In this example, the borrower pays only $1,625 a month as opposed to a monthly payment of $1,896 if it were a traditional mortgage with a fully amortized payment plan (principal + interest). A monthly savings of $271 is the advantage of financing your home with an interest-only mortgage – not bad at all.
Types Of Interest-Only Loans:
- 3/1 ARM Mortgage is fixed rate for the first three years; then the rate changes once a year.
- 5/1 ARM Mortgage is fixed rate for the first five years.
- 7/1 ARM Mortgage is fixed-rate for the first seven years.
- 30-year fixed-rate loans with 10-year interest only period. It's the most common interest-only mortgage.
- Option ARM loans allow you to skip the principal payment and some of the interest payment for several years. The amount of the skipped payments are added onto your loan.
Who Qualifies For An Interest-Only Mortgage?
It's not easy to qualify for an interest-only mortgage because you have to be able to verify your income, which may be sporadic and come from many different sources.
Bankers and mortgage lenders are increasingly tightening the leash for interest-only mortgage loans, and rightly so. Did you notice the housing bubble fiasco a few years back? Interest-only mortgages, taken out by people who bit off more than they could chew, played no small part in the near-collapse of our financial infrastructure. So be prepared to sweat it out with skeptical lenders who want proof that you can handle the terms.
Now is a good time to check your credit score because an interest-only mortgage requires a healthy credit score of at least 680 — 700. Also, any recent blemishes on your credit report will likely kill your chances.
Another pre-requisite for this type of loan is money, money and more money. You will definitely need cash to cover a sizeable down payment. Because of the risk involved to lenders, many insist on a 30 percent down payment for an interest-only mortgage.
Is The Interest-Only Mortgage A Good Fit For You?
It might be, if you're a fiscally responsible person with a lot of disposable income and plans for accruing wealth that are based on past performance or surefire methodology, not wishful thinking. If so, the low starting payments afforded by interest-only loans can make a big difference; it can put you into a dream home that you could not otherwise finance.
However, it can also ruin all your plans and make you lose your slice of the American dream. Like any other form of gambling, there are calculated risks. There are highs and lows, and something called "payment shock" which is akin to sticker shock, and you'll feel it when your first payment comes due after the honeymoon phase.
If your idea of taking a big chance with your money is changing the background design on your checks, interest-only mortgages are not for you.
An interest-free mortgage loan lets you save on your payments for the first part of your obligation. This can put more money in your pocket for saving or investing wisely. Thus, it is an attractive package for earners with sporadic income, like commissioned salesmen, consultants or stock market players.

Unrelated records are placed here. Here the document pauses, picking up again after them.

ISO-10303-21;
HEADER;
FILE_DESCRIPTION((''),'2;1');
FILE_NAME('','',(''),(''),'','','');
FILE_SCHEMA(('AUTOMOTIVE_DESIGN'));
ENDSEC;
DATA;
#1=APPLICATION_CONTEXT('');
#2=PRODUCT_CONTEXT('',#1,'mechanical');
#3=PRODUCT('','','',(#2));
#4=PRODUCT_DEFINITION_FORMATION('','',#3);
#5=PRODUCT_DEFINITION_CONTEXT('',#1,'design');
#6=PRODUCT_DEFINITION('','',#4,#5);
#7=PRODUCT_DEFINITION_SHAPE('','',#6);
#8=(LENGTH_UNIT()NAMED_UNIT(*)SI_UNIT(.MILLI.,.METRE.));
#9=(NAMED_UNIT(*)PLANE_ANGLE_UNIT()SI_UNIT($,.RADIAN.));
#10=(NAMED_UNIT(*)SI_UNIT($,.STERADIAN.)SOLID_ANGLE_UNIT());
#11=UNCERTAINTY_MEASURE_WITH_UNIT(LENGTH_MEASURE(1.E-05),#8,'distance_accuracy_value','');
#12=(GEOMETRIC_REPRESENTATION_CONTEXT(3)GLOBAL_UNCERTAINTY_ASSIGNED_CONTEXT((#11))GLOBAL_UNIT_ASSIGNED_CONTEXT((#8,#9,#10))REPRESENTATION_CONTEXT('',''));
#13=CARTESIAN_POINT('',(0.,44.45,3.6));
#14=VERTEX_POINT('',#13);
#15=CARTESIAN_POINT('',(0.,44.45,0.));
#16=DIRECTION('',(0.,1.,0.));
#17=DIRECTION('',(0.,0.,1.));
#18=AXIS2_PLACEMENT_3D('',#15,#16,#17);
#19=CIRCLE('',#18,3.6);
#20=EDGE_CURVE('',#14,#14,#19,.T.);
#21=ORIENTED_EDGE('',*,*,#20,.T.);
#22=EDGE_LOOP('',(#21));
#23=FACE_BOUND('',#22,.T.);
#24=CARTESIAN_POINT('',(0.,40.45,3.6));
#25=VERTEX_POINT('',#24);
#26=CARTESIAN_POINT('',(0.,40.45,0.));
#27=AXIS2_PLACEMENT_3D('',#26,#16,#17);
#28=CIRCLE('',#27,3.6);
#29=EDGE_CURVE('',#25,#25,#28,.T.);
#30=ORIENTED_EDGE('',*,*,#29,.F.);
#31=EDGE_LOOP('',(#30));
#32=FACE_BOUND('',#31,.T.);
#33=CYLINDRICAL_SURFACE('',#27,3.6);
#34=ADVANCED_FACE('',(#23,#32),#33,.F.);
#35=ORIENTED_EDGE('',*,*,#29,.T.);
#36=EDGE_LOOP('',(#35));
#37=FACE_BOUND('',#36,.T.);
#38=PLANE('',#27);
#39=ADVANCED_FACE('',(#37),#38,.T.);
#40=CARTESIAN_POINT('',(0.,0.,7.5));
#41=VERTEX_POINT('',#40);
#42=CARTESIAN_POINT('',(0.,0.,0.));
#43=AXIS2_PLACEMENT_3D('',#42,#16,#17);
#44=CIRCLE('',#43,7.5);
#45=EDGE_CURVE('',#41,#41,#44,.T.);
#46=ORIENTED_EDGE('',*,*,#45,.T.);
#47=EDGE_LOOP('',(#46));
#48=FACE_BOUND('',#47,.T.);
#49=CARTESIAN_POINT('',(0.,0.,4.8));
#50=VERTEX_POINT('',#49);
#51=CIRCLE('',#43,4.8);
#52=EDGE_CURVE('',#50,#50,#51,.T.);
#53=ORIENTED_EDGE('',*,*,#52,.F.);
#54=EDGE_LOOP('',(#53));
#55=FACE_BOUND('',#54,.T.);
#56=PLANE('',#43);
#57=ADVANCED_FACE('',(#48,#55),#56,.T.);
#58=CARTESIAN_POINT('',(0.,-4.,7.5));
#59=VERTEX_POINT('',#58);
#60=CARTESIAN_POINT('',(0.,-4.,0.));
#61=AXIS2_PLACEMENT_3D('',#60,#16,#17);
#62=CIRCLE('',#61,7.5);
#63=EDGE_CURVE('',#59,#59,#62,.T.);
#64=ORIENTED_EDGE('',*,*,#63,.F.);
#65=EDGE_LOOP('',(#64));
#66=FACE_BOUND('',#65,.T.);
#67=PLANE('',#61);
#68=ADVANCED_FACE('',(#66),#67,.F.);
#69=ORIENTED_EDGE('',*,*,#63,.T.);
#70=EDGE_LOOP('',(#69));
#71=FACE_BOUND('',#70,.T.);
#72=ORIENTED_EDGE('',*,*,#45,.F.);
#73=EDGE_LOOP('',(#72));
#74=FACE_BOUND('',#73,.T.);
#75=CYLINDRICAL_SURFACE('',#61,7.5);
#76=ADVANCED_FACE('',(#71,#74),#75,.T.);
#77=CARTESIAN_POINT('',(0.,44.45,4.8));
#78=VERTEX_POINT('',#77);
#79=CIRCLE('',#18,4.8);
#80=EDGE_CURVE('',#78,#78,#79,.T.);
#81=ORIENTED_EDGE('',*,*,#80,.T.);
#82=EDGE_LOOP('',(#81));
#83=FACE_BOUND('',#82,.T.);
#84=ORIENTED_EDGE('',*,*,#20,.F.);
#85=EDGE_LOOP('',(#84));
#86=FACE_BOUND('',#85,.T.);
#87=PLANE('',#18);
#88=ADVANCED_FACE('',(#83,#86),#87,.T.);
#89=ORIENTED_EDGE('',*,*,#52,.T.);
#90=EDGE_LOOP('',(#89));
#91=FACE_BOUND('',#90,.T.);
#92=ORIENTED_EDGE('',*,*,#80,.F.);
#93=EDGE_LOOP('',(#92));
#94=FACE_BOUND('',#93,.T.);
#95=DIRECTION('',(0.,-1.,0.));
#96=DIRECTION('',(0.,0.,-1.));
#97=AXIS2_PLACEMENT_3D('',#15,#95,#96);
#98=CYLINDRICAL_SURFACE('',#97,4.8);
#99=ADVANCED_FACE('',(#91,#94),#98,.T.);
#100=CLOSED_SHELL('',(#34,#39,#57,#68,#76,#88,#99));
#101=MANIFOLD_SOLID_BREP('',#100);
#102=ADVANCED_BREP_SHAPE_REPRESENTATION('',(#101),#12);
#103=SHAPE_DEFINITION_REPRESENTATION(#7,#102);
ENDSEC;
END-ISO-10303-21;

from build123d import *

# Parameters (mm, degrees)
SKETCH1_R           = 4.8
BOSS_EXTRUDE1_DEPTH = 44.45
SKETCH1_4_R         = 7.5
BOSS_EXTRUDE2_DEPTH = 4
SKETCH2_R           = 3.6
CUT_EXTRUDE1_DEPTH  = 4


with BuildPart() as part:
    # Sketch1 → Boss-Extrude1 (new body)
    with BuildSketch(Plane(origin=(0, 0, 0), x_dir=(1, 0, 0), z_dir=(0, 1, 0))):
        Circle(SKETCH1_R)
    extrude(amount=BOSS_EXTRUDE1_DEPTH)

    # Sketch1<4> → Boss-Extrude2 (add)
    with BuildSketch(Plane(origin=(0, 0, 0), x_dir=(1, 0, 0), z_dir=(0, 1, 0))):
        Circle(SKETCH1_4_R)
    extrude(amount=-BOSS_EXTRUDE2_DEPTH)

    # Sketch2 → Cut-Extrude1 (cut)
    with BuildSketch(Plane(origin=(0, 44.45, 0), x_dir=(1, 0, 0), z_dir=(0, 1, 0))):
        Circle(SKETCH2_R)
    extrude(amount=-CUT_EXTRUDE1_DEPTH, mode=Mode.SUBTRACT)


solid = part.part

If you're certain that your salary will increase substantially, or that an investment will pay off handsomely, an interest-only mortgage will give you some breathing room and get you into a bigger home.
It's like playing with fire, and you could get badly burned. It's possible that a sharp turn in the real estate market could put you in a position where you can neither re-finance nor sell your home. It's not uncommon for borrowers who thought they could handle the vagaries of an interest-only mortgage to realize it put a stranglehold on their cash flow and gave them only a lifetime of insurmountable debt.
Weigh your options, be realistic about your future, and choose the mortgage plan that best suits your needs, both in the long run and in the near future.